Following implantation of the DBS electrode, it is affixed to the skull using anchoring devices such as the Navigus Stimloc device or the Medtronic bur hole ring and cap. Other institutions use bone cement or plates to secure the electrode. The distal tip of the electrode is covered by a connector or plug to protect the contacts and the electrode wire is buried in the subgaleal space for use at the time of the implantation of the pulse generator.

The implantation of the pulse generator can be performed on the same day of the implantation of the DBS lead or at a later date. The patient is placed supine and the head is turned to the side opposite the intended side of the pulse generator implantation. An infraclavicular incision is made and a subcutaneous pocket is fashioned. Occasionally, a pocket is created below the pectoralis fascia and the IPG is buried in this pocket. The advantage of this latter site is that there is less chance of downward migration and drift of the IPG with time compared to locations within a subcutaneous pocket. Other locations may be used for the placement of the IPG to accommodate variations in body habitus and for cosmetic reasons. Available IPGs include single-channel, dual-channel, rechargeable, and nonrechargeable devices. These devices can be programmed transcutaneously with a handheld module. Typical parameters that can be adjusted include voltage, pulse width, frequency, and electrode polarity.

Complications

Complications associated with DBS may be related to the surgical implantation process, related to the hardware/device, or linked to stimulation. The most serious potential complication associated with DBS electrode implantation is intracranial hemorrhage (ICH), which may result in profound neurological deficits and even death (see Fig. 53.9). ICH is reported to occur between 0.2% and 12.5% of the time.37 Asymptomatic hemorrhage is more common than symptomatic cases and is detected only incidentally on postoperative brain CT imaging. In any case, intracerebral hemorrhage is usually related to direct damage to an arterial blood vessel. Occasionally, it may be due to injury to a cortical draining vein when it may present in a delayed manner with venous infarction. Careful preoperative planning of the entry point and trajectory of approach to the target that avoids evident cortical, subcortical, or periventricular blood vessels on a contrast-enhanced brain MRI scan is a first step in avoiding hemorrhagic complications. Other strategies to prevent intracerebral hemorrhagic complications include tight intraprocedural blood pressure control (maintenance of systolic blood pressure below 130 mm Hg), prevention of entry of large amounts of intracranial air by filling the subdural space with saline and occluding the bur hole with Gelfoam and tissue glue during microelectrode recording, avoiding repeated coughing or sneezing during the procedure, and avoiding the coagulation of cortical veins. There may also be increased risk of hemorrhage based on the choice of target. For example, the GPi is reported to have higher hemorrhage rates than the STN. Binder and co-workers showed a 7% risk of hemorrhage in targeting the GPi versus a 2.2% risk in targeting the STN.64 The DBS study group reported a 9.8% risk of hemorrhage in the GPi versus 2.9% risk in the STN.65

Elderly patients may develop transient episodes of confusion and agitation following DBS, especially with procedures. Staging of bilateral DBS procedures in these elderly patients may reduce the incidence of this complication. Infection of the hardware is an ever-present risk in these procedures. Risk of infection ranges between 1% and 15% in published studies, and most commonly affects the site of the IPG.37 The risk of infection may be reduced by adhering strictly to aseptic principles during the procedure as well as the judicious use of prophylactic antibiotics. Treatment of the infection may require removal of the DBS hardware and use of appropriate antibiotics. For superficial incisional site infections in which there is no evidence of direct hardware involvement, the patient may be treated only with the exhibition of appropriate antibiotics without the need for hardware removal.

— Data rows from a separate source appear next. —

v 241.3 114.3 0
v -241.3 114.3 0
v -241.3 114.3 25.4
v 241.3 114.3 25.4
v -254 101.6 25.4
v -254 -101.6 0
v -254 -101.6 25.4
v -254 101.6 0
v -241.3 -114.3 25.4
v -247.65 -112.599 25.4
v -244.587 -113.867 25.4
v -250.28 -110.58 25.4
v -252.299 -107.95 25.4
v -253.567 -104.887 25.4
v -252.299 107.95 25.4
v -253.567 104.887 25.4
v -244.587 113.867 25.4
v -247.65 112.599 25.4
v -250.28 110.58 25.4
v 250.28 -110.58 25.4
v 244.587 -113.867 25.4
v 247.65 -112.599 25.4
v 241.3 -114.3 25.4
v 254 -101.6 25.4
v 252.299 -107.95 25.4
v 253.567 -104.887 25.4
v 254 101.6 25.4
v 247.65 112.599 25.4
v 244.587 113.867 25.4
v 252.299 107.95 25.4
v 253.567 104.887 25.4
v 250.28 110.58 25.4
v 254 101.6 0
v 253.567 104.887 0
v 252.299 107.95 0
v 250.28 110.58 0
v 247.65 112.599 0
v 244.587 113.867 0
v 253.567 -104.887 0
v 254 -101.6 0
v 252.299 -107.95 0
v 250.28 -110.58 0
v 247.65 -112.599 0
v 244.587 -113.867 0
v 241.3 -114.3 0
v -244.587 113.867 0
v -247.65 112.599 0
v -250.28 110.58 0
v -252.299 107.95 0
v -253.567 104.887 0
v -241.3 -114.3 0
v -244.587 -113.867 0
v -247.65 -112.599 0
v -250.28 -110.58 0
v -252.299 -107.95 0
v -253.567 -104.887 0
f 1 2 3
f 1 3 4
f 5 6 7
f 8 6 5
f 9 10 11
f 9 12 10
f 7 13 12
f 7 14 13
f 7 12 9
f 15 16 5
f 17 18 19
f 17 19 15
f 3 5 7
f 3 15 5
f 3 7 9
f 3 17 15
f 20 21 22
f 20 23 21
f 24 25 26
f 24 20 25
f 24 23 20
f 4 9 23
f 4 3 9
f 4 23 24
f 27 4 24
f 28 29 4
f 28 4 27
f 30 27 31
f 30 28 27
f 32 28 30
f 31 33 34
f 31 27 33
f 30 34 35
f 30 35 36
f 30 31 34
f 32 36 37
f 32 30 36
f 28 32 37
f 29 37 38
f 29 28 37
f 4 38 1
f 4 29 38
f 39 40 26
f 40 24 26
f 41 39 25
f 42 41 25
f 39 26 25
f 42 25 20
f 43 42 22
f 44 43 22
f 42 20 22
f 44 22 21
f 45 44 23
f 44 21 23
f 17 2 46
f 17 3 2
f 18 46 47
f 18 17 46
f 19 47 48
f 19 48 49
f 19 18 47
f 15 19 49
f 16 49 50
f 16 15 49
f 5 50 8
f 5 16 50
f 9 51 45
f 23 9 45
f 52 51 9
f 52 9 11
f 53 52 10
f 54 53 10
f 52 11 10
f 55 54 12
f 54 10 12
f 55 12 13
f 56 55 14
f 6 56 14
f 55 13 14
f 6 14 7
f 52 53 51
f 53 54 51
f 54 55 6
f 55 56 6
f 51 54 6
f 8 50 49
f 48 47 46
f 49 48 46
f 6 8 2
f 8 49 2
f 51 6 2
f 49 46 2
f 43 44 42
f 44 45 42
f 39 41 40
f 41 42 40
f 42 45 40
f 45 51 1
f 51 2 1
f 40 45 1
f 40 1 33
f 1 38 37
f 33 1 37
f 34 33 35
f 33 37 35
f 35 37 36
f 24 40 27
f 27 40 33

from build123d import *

# Parameters (mm, degrees)
SKETCH1_W           = 508
SKETCH1_H           = 228.6
BOSS_EXTRUDE1_DEPTH = 25.4
FILLET3_R           = 12.7
FILLET4_R           = 12.7


with BuildPart() as part:
    # Sketch1 → Boss-Extrude1 (new body)
    with BuildSketch(Plane.XY):
        Rectangle(SKETCH1_W, SKETCH1_H)
    extrude(amount=BOSS_EXTRUDE1_DEPTH)

    # Fillet3
    fillet3_edges = [part.edges().sort_by_distance(p)[0] for p in [
        (254, 114.3, 12.7),
    ]]
    fillet(fillet3_edges, radius=FILLET3_R)

    # Fillet4
    fillet4_edges = [part.edges().sort_by_distance(p)[0] for p in [
        (-254, -114.3, 12.7),
        (254, -114.3, 12.7),
        (-254, 114.3, 12.7),
    ]]
    fillet(fillet4_edges, radius=FILLET4_R)


solid = part.part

The hardware-related complications have an incidence between 2.7% and 5%, may develop over the long term, and include lead fractures, lead migration, and hardware erosion.37 Lead migration and fracture may be prevented by placing the junction of the distal end of the DBS electrode wire and the proximal end of the extension wire (the connector) under the scalp and not in the cervical area where excessive motility of the head on the neck can tug and torque the leads and the connector, resulting in fractures. Wire fracture can usually be diagnosed with the use of x-rays. Hardware erosion may be prevented by utilizing low-profile hardware.

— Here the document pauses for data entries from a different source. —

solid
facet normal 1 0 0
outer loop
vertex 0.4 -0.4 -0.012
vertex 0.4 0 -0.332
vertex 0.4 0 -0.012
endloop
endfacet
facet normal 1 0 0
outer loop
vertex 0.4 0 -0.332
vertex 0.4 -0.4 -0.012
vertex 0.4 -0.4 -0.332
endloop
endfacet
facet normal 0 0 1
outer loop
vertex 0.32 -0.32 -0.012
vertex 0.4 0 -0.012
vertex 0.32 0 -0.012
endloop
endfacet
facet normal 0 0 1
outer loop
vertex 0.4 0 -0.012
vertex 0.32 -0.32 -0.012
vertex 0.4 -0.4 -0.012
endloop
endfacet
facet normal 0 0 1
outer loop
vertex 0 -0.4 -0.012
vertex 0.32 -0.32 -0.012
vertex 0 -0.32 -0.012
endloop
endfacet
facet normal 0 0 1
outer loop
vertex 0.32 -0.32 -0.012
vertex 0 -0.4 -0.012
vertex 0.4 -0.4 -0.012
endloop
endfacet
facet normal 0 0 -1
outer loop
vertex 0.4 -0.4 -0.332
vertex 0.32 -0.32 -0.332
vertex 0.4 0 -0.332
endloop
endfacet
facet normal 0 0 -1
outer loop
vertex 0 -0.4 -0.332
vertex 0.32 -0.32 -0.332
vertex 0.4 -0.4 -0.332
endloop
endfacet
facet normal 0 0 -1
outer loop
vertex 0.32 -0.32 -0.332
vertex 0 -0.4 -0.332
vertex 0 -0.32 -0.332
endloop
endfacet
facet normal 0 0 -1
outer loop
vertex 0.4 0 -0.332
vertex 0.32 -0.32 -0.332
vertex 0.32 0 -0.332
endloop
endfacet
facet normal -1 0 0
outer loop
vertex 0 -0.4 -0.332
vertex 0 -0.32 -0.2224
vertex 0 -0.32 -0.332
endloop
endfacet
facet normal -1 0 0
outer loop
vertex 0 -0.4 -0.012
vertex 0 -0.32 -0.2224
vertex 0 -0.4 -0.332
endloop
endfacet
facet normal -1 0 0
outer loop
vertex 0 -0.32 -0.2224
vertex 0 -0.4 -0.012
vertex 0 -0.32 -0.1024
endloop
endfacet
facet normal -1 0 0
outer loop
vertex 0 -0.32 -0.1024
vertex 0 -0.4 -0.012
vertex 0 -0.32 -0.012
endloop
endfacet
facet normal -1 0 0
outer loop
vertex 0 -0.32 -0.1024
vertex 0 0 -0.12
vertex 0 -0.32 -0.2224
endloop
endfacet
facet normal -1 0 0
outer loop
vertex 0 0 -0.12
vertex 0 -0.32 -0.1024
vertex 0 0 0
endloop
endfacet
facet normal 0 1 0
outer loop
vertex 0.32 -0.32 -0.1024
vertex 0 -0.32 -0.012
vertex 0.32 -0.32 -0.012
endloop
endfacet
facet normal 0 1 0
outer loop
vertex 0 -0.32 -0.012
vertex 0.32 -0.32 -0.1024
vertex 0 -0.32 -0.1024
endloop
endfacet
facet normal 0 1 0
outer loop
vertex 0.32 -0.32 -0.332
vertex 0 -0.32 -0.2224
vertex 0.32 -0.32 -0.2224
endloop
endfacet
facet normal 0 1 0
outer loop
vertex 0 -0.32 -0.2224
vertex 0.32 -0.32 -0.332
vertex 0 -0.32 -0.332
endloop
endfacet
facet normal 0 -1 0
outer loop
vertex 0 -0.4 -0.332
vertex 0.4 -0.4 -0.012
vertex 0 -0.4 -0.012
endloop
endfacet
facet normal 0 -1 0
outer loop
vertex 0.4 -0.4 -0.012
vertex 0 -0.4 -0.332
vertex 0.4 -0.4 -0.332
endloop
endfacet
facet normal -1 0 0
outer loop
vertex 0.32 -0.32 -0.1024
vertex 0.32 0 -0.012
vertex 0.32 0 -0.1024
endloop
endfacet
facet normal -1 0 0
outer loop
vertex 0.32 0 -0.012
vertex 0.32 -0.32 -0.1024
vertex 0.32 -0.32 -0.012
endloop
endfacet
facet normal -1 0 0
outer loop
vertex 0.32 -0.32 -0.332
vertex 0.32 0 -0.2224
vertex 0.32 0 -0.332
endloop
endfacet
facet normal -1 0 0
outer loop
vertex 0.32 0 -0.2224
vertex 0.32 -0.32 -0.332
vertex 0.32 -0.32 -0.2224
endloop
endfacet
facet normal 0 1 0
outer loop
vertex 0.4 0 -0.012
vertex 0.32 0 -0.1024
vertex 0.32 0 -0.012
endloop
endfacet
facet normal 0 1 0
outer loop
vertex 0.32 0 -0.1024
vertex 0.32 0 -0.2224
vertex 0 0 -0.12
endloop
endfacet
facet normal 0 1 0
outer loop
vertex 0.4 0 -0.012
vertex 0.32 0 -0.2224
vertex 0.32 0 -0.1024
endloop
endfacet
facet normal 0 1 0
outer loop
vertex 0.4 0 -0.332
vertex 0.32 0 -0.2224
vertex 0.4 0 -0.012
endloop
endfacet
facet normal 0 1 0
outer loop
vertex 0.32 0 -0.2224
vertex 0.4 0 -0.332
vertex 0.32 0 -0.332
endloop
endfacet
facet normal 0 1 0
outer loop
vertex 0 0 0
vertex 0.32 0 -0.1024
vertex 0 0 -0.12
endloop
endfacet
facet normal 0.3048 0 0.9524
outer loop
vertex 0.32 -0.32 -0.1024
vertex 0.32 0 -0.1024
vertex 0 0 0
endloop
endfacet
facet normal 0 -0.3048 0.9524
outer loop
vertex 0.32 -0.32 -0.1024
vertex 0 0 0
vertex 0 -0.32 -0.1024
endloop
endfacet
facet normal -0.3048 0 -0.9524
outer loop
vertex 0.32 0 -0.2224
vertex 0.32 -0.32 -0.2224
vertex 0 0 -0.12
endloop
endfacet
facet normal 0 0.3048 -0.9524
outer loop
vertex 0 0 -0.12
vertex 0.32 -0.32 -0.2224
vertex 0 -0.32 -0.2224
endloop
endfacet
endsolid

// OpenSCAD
// Shed shell kit: eave corner. See lib/lodge_kit.scad.
include <lib/lodge_kit.scad>
kind = "shed";
eave_corner();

Complications related to stimulation are frequently reported, are usually transient, and may include paresthesias; manifestations of capsular stimulation include muscular contractions, dysphasias, and conjugate and disconjugate eye movements. These complications are linked to the target, surrounding structures, stimulation amplitude, and relative location of the electrode within the structure. For example, electrodes placed near the lateral border of the STN may stimulate the nearby internal capsule, leading to contralateral contractions. Emotional lability including acute onset of depression, euphoria, and bouts of laughter have been reported. Accurate location of the DBS electrodes and intraoperative macrostimulation to detect side effects is essential to reduce the incidence of these side effects and avoid the need for revision surgeries.

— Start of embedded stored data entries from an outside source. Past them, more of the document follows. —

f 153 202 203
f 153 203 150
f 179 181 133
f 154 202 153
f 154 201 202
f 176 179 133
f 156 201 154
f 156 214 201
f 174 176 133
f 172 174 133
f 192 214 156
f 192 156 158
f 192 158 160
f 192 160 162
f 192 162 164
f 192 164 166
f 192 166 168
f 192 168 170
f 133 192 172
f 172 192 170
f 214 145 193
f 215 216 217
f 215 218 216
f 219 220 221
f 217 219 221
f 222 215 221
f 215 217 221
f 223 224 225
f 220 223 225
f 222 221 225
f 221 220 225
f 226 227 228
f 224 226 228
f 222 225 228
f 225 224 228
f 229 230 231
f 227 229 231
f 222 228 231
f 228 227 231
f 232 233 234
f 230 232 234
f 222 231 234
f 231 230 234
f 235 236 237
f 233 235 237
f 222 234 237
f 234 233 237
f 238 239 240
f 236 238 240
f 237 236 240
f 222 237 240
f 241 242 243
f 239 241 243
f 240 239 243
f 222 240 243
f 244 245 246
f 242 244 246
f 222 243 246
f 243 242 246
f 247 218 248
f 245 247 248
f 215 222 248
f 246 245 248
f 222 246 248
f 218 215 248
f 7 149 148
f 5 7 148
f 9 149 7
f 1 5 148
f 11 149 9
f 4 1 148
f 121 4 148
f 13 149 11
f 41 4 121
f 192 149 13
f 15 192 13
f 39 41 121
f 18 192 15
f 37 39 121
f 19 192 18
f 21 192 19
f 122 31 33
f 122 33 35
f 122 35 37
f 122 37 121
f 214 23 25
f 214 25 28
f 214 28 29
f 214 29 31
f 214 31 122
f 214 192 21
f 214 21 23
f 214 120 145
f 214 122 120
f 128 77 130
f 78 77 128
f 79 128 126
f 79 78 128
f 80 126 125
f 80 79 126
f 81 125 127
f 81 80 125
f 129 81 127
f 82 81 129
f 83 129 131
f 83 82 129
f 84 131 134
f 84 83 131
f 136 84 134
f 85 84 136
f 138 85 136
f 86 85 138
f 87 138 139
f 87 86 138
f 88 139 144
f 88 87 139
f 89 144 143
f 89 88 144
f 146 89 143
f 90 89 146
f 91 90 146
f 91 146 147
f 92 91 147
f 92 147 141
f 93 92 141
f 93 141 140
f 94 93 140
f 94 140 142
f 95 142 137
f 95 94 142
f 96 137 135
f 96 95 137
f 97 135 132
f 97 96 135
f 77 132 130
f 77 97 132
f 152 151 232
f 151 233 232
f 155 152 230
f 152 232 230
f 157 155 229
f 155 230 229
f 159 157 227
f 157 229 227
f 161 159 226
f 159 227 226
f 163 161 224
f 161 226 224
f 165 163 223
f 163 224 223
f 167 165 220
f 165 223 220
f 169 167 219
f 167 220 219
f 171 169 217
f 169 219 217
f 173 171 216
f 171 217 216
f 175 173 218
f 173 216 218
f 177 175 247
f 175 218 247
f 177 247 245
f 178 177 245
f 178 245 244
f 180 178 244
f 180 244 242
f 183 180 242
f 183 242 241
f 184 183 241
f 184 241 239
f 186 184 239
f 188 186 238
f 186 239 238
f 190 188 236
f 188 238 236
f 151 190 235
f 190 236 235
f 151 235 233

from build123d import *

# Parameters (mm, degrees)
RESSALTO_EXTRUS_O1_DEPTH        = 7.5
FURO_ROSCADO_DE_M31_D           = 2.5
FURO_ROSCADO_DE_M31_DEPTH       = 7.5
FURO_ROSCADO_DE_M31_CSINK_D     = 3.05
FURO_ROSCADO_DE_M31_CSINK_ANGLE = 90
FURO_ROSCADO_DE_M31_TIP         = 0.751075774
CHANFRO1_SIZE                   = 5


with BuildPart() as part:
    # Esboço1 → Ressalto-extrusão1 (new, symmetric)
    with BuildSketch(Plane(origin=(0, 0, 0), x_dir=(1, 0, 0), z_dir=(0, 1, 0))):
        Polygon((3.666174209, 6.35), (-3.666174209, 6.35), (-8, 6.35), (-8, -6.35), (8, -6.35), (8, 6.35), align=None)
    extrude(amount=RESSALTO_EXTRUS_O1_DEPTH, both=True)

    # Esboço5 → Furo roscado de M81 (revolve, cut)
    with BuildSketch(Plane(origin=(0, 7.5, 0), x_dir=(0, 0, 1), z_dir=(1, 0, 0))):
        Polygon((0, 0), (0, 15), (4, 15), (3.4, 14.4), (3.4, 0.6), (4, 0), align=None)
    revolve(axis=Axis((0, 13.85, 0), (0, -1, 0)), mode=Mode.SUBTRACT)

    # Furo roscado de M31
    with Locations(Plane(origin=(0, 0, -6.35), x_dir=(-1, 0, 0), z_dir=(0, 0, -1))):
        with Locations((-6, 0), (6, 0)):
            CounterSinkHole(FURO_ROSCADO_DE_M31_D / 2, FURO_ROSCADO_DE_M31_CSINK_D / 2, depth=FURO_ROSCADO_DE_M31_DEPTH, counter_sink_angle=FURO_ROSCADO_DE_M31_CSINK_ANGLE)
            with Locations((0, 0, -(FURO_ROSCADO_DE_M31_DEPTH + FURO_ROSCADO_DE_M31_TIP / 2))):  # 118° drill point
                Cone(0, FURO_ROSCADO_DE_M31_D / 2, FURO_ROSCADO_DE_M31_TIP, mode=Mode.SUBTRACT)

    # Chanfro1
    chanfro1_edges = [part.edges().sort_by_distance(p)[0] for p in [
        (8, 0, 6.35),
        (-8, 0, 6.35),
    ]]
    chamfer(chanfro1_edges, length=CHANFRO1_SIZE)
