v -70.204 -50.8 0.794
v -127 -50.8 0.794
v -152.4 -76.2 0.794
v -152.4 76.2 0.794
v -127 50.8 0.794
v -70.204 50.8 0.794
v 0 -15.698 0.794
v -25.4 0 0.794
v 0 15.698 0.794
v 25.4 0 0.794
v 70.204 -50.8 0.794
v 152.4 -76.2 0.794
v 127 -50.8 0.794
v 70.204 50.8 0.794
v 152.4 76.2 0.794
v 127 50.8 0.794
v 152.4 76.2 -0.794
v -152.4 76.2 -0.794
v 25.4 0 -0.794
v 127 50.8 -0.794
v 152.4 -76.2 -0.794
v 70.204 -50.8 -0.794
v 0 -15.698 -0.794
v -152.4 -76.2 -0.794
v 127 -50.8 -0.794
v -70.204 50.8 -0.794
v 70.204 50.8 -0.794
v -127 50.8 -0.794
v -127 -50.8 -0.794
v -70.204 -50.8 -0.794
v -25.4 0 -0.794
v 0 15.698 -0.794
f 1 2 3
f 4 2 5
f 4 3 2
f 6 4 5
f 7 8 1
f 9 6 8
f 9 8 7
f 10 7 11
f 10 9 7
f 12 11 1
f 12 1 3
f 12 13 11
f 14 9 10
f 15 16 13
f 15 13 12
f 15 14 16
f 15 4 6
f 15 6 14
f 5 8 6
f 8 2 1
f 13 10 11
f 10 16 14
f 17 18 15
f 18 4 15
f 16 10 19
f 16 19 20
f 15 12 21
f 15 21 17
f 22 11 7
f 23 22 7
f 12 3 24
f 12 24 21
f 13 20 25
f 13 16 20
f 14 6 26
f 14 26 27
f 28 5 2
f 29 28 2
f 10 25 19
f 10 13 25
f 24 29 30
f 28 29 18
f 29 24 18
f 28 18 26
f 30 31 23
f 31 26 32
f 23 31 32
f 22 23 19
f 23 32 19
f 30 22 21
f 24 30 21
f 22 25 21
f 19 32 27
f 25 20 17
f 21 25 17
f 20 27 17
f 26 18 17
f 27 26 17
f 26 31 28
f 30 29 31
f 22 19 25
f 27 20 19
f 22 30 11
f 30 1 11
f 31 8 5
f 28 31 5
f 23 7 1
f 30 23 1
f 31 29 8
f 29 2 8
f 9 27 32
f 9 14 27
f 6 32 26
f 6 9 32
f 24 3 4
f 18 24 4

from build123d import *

# Parameters (mm, degrees)
SKETCH1_W           = 304.8
SKETCH1_H           = 152.4
BOSS_EXTRUDE1_DEPTH = 0.79375


with BuildPart() as part:
    # Sketch1 → Boss-Extrude1 (new body, symmetric)
    with BuildSketch(Plane.XY):
        Rectangle(SKETCH1_W, SKETCH1_H)
        Polygon((-127, 50.8), (-127, -50.8), (-25.4, 0), align=None, mode=Mode.SUBTRACT)
        Polygon((-70.203873372, 50.8), (70.203873372, 50.8), (0, 15.698063314), align=None, mode=Mode.SUBTRACT)
        Polygon((0, -15.698063314), (-70.203873372, -50.8), (70.203873372, -50.8), align=None, mode=Mode.SUBTRACT)
        Polygon((25.4, 0), (127, 50.8), (127, -50.8), align=None, mode=Mode.SUBTRACT)
    extrude(amount=BOSS_EXTRUDE1_DEPTH, both=True)


solid = part.part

Specific Disorders: Indications and Efficacy

Movement Disorders

Parkinson’s Disease

The spectrum of movement disorders treated with DBS includes PD, essential tremor, and dystonia. PD is a progressive neurodegenerative disorder classically described as loss of dopaminergic neurons in the substantia nigra. The cardinal features of PD are resting tremor, bradykinesia, rigidity, and postural instability. Replacement of dopamine via dopamine agonists and L-dopa is the mainstay of medical treatment. Patients over time tend to require escalating doses of dopamine equivalents to achieve therapeutic response, and these dose increases can be associated with motor fluctuations (on/off periods) as well as dyskinesias.37,6668 The circuitry implicated in the pathogenesis of PD is the direct and indirect dopaminergic pathways that begin with dopamine release in the substantia nigra and have downstream effects on the striatum, globus pallidus, subthalamic nucleus, and thalamocortical projections. The net result is hypokinesis resulting from a paucity of glutamatergic excitation from thalamocortical projections.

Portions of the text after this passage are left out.